Jan Karski. El hombre que descubrió el Holocausto, de Rizzo y Bonaccorso (Norma Editorial)

Jan Karski debería ser una figura universalmente conocida, pero no lo es. Él fue uno de los héroes que arriesgó su vida para denunciar los crímenes del nazismo y conseguir que el resto del mundo actuara en consecuencia. Desde nuestra perspectiva, más de setenta años después del fin de la guerra, y pese a los intentos revisionistas por negar su existencia, el Holocausto nos parece un hecho incuestionable. El asesinato sistemático de seis millones de personas, mayoritariamente judíos, es un crimen de tal magnitud que parece imposible de ocultar. Pero durante la guerra, esta situación no era tan evidente, y el genocidio perpetrado por el régimen nazi y sus secuaces se llevaba a cabo con total impunidad y sin que las potencias aliadas fueran conscientes de lo que estaba sucediendo.

En la Polonia ocupada, lugar donde se inició el conflicto bélico en septiembre de 1939 sí que sabían lo que estaba ocurriendo. Los guetos, especialmente el de Varsovia, y los campos de concentración y exterminio eran una realidad incontestable. La resistencia polaca, menos conocida que la de otros lugares, llevó a cabo una labor titánica. Debían luchar por sobrevivir y escapar de la Gestapo; pero al mismo tiempo, su objetivo principal era dar a conocer los terribles hechos que llevaban a cabo las autoridades alemanas, para así conseguir el apoyo a su lucha y la implicación militar de las grandes potencias, especialmente de los Estados Unidos. Esta misión fue encomendada, entre otros, a Jan Kozielewski, el protagonista del cómic de Marco Rizzo y Lelio Bonaccorso.La acción se inicia cuando Jan y dos de sus amigos son llamados a filas por el ejército polaco. Su deber es luchar para defender su patria de los invasores: Alemania al oeste y la URSS al este. La endeblez y la desorganización de las fuerzas armadas de Polonia pusieron en bandeja la conquista del país en poco más de un mes. Jan fue hecho prisionero por los soviéticos y fue llevado a un campo de trabajo para prisioneros de guerra en Ucrania. Las condiciones que padeció fueron terribles, pero haciéndose pasar por un soldado raso consiguió que lo transfirieran a las autoridades alemanas en un macabro intercambio. Consiguió escapar y tras recuperarse de sus heridas llegó a Varsovia en noviembre de 1939.

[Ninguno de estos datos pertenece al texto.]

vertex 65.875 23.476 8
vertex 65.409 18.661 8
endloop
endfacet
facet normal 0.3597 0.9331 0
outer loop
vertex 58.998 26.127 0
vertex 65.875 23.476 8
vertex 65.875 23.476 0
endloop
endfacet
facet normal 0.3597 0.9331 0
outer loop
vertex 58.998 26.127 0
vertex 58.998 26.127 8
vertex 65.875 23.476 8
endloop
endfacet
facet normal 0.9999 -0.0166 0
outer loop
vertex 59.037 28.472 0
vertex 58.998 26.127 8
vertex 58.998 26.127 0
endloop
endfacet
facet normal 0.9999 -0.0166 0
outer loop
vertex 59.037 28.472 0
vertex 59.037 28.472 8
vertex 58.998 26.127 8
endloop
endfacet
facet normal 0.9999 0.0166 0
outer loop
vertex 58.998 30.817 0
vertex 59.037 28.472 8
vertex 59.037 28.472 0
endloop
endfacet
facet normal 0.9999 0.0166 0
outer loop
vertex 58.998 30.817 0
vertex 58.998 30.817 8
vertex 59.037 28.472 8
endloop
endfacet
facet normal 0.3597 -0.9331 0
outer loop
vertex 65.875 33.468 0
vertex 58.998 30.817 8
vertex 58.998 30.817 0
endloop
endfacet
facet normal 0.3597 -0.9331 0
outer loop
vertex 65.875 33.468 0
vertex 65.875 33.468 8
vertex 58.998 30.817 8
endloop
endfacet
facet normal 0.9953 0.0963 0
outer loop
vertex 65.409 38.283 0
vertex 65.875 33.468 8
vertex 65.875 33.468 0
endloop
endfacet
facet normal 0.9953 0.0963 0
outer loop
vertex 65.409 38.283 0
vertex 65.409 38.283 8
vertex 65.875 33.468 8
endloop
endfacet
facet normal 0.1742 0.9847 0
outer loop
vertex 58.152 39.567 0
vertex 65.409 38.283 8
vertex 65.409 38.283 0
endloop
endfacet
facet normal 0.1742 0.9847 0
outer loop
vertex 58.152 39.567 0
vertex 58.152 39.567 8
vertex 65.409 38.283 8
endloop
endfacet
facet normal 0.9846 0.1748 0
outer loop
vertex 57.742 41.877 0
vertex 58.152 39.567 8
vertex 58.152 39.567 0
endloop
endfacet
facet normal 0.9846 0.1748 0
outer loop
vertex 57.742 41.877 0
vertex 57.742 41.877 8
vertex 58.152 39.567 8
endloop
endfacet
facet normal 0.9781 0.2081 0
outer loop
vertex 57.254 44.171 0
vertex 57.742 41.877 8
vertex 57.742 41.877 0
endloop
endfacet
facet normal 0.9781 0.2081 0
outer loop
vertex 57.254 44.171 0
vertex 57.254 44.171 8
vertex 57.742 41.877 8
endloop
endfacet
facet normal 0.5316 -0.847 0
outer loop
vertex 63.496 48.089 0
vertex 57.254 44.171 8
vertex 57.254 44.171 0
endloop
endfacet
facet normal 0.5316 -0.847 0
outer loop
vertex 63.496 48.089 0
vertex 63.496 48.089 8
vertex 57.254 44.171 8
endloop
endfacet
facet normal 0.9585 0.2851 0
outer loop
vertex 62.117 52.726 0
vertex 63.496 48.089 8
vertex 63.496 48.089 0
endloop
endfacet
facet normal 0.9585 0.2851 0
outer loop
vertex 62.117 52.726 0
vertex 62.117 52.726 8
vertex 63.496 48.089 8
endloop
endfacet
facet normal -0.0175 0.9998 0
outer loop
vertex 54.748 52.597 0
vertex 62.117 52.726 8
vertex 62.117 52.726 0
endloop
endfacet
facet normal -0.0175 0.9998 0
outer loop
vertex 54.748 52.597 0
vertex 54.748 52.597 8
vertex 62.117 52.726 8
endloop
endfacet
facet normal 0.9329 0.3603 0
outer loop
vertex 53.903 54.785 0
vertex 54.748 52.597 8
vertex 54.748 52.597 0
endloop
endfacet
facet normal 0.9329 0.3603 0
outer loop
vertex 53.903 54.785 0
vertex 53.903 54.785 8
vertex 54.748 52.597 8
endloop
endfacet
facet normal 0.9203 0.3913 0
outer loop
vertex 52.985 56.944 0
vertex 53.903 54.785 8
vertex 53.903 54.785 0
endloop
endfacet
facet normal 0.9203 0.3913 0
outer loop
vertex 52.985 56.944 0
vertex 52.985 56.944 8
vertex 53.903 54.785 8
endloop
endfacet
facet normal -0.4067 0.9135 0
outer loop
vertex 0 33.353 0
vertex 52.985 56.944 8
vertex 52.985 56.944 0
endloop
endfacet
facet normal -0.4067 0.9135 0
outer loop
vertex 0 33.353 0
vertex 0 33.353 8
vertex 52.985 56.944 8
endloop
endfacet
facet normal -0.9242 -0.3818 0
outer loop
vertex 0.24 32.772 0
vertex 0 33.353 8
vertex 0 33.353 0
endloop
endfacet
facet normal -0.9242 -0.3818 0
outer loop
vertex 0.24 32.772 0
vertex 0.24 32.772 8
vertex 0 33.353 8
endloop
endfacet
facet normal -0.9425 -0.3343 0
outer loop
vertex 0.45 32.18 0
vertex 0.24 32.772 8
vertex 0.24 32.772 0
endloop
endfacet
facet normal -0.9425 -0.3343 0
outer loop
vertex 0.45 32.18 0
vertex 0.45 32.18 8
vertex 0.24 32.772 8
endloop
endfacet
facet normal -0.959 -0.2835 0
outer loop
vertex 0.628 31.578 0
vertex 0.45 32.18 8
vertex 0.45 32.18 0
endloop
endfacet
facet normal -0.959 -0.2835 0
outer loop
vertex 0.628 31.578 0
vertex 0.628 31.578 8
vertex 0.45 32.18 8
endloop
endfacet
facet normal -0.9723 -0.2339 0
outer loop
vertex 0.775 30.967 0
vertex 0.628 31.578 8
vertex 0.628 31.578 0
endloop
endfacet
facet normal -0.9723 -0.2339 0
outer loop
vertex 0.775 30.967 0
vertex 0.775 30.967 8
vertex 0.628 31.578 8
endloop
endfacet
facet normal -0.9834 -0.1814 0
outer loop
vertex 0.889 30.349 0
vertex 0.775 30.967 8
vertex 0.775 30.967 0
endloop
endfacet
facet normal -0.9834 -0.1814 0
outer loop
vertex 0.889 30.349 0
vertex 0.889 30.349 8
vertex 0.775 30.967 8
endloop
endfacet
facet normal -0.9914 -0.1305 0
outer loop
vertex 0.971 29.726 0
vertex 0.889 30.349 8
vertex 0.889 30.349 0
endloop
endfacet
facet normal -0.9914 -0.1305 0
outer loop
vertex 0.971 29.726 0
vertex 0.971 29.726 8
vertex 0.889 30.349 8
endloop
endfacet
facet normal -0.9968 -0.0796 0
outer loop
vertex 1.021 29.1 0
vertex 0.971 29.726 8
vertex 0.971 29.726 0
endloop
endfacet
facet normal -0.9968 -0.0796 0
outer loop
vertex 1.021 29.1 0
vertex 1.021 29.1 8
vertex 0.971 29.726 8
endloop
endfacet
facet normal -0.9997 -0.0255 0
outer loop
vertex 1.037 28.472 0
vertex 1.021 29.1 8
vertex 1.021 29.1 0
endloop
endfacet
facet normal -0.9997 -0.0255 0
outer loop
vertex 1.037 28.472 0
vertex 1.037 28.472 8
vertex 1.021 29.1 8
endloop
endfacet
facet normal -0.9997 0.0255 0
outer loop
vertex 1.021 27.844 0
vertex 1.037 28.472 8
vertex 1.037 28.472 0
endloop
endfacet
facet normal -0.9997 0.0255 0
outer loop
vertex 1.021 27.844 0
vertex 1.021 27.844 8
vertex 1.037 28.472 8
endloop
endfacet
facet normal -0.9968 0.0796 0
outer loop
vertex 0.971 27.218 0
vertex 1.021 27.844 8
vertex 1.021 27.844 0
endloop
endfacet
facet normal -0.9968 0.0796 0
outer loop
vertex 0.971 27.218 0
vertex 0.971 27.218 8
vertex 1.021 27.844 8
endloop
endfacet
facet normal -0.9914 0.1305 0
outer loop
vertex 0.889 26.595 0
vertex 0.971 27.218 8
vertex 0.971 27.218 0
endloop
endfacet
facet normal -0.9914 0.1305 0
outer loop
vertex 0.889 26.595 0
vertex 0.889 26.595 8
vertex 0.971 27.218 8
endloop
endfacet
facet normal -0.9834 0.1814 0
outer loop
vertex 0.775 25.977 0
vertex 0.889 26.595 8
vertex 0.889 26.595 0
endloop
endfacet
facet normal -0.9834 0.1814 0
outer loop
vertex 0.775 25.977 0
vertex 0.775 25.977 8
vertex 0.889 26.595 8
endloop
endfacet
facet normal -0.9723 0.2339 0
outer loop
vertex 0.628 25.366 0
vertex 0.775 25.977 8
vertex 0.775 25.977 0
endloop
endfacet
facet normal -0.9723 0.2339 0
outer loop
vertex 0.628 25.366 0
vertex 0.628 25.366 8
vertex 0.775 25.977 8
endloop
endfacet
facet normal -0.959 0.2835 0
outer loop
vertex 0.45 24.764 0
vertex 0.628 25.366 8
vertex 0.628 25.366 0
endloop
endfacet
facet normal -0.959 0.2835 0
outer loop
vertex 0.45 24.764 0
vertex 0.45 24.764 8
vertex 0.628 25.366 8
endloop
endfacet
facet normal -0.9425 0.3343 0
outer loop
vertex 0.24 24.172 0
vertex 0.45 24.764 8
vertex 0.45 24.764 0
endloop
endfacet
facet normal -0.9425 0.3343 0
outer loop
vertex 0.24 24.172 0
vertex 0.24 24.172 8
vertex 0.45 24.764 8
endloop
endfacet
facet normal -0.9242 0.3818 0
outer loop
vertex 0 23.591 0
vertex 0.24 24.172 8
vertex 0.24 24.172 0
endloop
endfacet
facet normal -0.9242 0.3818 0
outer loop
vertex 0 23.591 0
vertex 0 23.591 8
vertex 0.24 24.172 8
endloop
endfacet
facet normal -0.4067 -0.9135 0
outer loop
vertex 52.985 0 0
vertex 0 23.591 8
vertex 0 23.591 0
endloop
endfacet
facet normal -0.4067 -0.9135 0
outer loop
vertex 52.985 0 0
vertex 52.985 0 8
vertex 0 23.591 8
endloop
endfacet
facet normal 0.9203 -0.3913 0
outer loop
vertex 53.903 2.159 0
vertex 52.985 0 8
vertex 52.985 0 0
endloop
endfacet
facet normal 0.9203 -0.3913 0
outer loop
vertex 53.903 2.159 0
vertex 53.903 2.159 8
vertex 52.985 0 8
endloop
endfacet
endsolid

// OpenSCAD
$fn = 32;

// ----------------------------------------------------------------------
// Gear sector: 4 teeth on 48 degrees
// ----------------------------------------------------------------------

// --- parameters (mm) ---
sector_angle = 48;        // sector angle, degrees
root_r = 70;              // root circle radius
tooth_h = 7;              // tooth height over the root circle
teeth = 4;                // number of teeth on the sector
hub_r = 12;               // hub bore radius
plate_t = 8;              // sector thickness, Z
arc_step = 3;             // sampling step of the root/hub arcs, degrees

En la capital entró en contacto con el Armia Krajowa, la resistencia polaca, que operaba desde septiembre del 39. Su habilidad y su compromiso hicieron que se le encargara una misión de vital importancia: Jan Kozielewski iba a ser el enlace con el gobierno polaco en el exilio. Tenía que cruzar la Europa ocupada por los nazis para llegar hasta París y pasar información a los dirigentes de su país que habían logrado escapar.  Tras la caída de Francia, su destino era aún más lejano, Londres. Para ello utilizó multitud de nombres falsos, entre ellos Jan Karski, que adoptaría años más tarde como nombre legal.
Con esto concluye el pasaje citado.